Data records:
┌────────

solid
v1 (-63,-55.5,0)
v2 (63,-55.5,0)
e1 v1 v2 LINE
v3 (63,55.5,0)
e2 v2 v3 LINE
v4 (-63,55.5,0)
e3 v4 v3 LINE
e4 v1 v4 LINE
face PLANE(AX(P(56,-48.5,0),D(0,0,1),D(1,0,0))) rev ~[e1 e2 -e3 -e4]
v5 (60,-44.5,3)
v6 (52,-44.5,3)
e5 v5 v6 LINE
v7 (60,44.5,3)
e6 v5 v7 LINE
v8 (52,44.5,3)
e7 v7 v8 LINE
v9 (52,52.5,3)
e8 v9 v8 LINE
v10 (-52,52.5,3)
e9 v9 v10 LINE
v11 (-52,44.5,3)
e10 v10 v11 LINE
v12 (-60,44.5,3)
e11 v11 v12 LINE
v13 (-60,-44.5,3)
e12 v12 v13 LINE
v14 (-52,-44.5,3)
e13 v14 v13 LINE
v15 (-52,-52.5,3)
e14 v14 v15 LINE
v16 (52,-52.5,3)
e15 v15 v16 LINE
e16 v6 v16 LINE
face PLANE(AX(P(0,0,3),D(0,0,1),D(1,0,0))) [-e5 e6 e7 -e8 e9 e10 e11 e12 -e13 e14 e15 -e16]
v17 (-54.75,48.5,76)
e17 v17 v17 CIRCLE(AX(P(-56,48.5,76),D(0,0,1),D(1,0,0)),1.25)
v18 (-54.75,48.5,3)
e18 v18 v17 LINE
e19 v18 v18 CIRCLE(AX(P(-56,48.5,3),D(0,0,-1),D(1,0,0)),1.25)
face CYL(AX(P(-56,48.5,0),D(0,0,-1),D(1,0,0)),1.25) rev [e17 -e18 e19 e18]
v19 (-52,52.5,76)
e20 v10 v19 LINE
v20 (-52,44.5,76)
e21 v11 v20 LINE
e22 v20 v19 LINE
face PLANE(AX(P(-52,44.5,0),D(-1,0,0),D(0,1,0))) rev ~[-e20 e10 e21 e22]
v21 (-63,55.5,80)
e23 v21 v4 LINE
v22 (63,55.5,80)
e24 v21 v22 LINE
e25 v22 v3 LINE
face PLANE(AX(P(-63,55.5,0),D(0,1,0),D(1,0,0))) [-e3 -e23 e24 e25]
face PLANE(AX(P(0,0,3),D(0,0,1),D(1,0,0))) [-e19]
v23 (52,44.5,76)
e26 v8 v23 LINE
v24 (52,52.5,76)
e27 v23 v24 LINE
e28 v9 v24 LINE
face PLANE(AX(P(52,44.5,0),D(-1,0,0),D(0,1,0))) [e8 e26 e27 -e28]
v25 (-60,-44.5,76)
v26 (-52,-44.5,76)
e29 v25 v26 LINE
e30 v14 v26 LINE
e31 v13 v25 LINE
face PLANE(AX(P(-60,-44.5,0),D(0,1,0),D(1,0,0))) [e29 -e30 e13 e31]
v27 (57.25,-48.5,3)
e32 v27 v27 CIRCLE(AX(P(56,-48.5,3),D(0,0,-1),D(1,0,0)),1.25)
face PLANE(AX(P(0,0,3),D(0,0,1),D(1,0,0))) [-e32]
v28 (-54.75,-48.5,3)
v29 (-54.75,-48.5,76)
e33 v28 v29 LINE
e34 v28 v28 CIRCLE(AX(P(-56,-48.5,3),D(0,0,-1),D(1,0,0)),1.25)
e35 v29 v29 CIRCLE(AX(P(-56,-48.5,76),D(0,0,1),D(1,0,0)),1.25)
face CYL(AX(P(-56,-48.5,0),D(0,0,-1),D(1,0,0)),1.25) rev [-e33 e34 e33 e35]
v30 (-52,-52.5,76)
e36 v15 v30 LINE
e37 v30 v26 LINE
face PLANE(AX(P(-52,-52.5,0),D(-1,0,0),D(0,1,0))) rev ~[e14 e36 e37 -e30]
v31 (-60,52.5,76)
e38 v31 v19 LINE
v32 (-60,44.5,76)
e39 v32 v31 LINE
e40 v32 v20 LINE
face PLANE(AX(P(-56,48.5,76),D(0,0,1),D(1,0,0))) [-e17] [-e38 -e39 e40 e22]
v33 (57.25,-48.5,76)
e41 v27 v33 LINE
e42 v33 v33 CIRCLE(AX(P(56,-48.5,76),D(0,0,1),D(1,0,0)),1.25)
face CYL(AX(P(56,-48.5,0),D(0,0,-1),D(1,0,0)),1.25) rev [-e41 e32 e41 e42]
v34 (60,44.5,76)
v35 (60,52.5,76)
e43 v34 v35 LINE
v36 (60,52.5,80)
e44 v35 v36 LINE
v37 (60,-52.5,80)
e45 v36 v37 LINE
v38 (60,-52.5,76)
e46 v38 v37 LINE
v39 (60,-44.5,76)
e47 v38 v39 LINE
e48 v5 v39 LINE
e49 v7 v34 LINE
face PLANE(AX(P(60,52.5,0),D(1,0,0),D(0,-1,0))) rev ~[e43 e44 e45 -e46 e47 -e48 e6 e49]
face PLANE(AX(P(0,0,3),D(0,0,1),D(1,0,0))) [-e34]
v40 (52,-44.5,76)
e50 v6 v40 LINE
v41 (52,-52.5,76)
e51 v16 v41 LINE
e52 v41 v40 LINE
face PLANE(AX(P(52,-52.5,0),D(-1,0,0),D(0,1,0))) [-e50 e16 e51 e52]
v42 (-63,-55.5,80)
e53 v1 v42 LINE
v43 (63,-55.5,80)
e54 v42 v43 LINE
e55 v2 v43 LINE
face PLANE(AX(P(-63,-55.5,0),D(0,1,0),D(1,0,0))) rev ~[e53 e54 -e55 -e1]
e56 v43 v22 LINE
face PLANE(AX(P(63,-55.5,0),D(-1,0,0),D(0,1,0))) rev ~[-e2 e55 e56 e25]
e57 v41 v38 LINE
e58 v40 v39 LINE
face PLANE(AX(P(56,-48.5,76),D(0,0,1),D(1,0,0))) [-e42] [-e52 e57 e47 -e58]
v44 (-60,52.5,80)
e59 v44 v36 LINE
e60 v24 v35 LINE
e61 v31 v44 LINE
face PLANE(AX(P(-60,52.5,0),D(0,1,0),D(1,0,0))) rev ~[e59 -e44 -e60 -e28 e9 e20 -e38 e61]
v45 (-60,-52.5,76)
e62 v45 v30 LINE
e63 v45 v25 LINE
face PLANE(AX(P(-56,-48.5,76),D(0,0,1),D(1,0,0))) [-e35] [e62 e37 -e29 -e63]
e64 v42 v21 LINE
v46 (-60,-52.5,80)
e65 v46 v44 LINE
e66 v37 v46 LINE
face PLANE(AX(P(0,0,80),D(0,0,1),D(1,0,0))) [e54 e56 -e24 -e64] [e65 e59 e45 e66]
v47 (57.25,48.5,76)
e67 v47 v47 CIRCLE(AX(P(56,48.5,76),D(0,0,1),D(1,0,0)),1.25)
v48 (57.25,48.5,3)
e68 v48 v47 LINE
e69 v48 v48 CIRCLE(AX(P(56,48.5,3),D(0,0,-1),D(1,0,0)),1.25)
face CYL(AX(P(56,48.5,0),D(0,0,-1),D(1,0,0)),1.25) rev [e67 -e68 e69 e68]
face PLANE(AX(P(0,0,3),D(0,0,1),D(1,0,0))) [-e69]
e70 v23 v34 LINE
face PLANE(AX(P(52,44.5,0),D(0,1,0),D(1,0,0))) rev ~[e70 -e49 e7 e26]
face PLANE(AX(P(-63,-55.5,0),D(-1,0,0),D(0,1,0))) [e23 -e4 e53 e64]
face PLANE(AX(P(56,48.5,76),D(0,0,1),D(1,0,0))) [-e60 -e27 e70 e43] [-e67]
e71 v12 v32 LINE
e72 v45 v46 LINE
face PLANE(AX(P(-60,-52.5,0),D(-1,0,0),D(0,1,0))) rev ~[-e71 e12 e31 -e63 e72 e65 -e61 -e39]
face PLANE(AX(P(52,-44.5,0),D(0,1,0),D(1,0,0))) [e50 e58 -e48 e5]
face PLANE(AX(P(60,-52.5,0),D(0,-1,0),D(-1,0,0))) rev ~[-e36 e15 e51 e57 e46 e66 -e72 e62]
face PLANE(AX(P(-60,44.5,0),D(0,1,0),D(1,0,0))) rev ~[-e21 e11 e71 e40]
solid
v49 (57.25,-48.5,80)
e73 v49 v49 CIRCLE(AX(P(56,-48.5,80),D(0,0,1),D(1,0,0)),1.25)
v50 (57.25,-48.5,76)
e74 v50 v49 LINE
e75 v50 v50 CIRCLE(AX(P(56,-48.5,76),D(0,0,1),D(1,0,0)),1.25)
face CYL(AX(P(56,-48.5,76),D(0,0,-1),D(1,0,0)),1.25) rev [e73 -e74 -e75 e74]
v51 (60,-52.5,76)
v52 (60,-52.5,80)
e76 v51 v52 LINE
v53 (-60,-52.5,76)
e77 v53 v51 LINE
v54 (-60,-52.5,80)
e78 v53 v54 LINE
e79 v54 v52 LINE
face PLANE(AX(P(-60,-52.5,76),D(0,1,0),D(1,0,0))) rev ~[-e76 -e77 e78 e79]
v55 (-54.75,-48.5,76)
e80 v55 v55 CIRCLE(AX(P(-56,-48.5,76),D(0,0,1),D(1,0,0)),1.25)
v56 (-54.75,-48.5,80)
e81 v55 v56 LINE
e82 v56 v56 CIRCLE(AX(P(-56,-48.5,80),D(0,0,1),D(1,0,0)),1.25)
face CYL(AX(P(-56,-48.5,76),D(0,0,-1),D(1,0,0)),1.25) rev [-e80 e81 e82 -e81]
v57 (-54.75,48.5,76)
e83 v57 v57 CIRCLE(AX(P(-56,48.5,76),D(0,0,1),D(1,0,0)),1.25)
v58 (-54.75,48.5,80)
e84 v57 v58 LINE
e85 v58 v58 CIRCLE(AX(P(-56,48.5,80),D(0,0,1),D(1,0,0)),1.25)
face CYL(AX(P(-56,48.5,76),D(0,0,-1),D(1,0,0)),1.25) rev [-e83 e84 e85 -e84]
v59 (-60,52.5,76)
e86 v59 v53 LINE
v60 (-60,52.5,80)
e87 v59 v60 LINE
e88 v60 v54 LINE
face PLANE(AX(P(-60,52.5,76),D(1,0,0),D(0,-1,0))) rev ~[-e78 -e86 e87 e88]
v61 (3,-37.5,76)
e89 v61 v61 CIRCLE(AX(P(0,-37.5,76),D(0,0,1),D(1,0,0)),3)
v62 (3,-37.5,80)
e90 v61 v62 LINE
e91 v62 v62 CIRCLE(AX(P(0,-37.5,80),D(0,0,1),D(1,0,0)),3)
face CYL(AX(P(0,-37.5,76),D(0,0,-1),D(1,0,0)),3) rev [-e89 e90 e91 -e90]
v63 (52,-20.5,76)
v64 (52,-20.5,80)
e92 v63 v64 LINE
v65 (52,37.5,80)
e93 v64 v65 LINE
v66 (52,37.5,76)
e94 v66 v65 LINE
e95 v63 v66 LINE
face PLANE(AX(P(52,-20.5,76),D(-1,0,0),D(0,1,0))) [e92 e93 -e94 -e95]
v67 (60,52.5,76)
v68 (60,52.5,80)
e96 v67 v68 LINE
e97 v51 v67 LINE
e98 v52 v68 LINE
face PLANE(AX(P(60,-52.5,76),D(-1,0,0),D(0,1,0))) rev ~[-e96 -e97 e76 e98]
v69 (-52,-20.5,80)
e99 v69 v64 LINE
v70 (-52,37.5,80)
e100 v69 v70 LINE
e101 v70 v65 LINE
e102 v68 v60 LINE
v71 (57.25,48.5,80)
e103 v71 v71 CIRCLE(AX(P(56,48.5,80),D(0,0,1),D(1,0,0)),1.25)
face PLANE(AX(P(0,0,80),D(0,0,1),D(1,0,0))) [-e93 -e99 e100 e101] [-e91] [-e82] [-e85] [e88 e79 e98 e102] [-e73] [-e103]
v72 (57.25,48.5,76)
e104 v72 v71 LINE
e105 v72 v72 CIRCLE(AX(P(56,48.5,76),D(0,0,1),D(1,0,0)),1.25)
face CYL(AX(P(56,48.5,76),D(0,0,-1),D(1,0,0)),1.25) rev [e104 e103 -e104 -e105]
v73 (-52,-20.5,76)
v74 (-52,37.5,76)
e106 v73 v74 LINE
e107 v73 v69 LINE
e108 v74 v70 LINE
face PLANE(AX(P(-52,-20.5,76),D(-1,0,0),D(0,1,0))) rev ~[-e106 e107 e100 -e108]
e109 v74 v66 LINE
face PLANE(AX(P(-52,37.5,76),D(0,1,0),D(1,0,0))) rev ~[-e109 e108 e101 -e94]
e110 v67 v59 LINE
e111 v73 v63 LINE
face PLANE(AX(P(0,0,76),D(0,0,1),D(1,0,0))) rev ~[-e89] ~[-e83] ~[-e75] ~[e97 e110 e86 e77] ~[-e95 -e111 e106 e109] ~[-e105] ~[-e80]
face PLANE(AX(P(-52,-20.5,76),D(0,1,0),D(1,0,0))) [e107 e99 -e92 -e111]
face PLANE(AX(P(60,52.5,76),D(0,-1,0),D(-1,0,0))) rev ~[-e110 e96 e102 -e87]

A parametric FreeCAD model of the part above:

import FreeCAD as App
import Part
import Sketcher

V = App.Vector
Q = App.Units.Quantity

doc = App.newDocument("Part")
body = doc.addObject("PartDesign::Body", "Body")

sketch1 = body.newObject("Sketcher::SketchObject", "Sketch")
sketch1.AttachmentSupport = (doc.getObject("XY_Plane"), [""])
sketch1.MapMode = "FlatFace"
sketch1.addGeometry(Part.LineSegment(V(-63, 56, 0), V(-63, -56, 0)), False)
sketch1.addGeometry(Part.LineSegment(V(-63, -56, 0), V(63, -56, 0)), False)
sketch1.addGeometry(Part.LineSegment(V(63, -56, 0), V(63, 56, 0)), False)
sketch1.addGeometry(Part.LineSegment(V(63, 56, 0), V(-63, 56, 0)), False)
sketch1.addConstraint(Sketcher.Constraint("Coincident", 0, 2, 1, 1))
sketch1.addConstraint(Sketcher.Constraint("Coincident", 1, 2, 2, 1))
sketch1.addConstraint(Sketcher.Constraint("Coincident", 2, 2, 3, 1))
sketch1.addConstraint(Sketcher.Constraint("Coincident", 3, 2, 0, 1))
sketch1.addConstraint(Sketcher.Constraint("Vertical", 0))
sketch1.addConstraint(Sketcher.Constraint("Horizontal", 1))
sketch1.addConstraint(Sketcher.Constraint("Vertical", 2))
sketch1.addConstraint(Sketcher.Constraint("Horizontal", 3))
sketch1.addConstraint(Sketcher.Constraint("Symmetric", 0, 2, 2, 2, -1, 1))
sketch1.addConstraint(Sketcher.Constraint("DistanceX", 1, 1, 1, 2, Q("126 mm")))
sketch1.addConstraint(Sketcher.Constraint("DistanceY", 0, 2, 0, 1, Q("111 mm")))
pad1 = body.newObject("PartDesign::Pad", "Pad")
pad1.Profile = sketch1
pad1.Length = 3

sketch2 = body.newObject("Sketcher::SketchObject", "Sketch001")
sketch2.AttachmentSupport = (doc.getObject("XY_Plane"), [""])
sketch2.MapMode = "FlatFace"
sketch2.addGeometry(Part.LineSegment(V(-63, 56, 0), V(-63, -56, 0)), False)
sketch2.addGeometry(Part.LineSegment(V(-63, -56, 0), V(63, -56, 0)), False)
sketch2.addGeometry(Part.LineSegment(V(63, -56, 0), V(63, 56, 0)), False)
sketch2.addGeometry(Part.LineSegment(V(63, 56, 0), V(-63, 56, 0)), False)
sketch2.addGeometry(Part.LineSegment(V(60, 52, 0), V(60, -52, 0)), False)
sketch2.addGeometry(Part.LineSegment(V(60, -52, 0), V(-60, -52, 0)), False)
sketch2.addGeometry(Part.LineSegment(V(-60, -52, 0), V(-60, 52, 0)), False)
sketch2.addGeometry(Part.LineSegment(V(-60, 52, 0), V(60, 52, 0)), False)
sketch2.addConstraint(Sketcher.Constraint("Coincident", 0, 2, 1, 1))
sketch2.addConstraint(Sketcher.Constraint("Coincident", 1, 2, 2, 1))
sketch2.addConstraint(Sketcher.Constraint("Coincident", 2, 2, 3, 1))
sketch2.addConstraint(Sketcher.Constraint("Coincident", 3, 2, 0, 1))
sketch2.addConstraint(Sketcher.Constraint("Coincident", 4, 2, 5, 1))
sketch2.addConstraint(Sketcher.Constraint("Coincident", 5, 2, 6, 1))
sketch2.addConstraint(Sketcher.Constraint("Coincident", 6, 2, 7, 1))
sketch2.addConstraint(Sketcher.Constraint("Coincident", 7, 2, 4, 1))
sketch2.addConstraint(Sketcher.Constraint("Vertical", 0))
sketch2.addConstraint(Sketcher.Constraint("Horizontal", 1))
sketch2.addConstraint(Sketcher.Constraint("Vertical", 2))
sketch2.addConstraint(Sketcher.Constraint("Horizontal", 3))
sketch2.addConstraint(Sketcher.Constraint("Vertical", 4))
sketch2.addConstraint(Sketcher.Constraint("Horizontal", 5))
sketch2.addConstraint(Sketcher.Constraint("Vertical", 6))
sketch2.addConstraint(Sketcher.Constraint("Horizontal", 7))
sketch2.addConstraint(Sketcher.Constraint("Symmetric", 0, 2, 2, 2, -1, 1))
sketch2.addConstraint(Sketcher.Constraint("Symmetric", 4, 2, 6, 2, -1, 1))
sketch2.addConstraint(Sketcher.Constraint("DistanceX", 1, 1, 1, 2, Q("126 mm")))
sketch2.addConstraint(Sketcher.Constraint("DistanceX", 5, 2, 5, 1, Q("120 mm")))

└────────

- Task directions -
For this exercise, please output exactly the lines above starting at the line with "e91 v62 v62" and ending at the line with "e98 v52 v68 LINE", ends included.

- Solution -
e91 v62 v62 CIRCLE(AX(P(0,-37.5,80),D(0,0,1),D(1,0,0)),3)
face CYL(AX(P(0,-37.5,76),D(0,0,-1),D(1,0,0)),3) rev [-e89 e90 e91 -e90]
v63 (52,-20.5,76)
v64 (52,-20.5,80)
e92 v63 v64 LINE
v65 (52,37.5,80)
e93 v64 v65 LINE
v66 (52,37.5,76)
e94 v66 v65 LINE
e95 v63 v66 LINE
face PLANE(AX(P(52,-20.5,76),D(-1,0,0),D(0,1,0))) [e92 e93 -e94 -e95]
v67 (60,52.5,76)
v68 (60,52.5,80)
e96 v67 v68 LINE
e97 v51 v67 LINE
e98 v52 v68 LINE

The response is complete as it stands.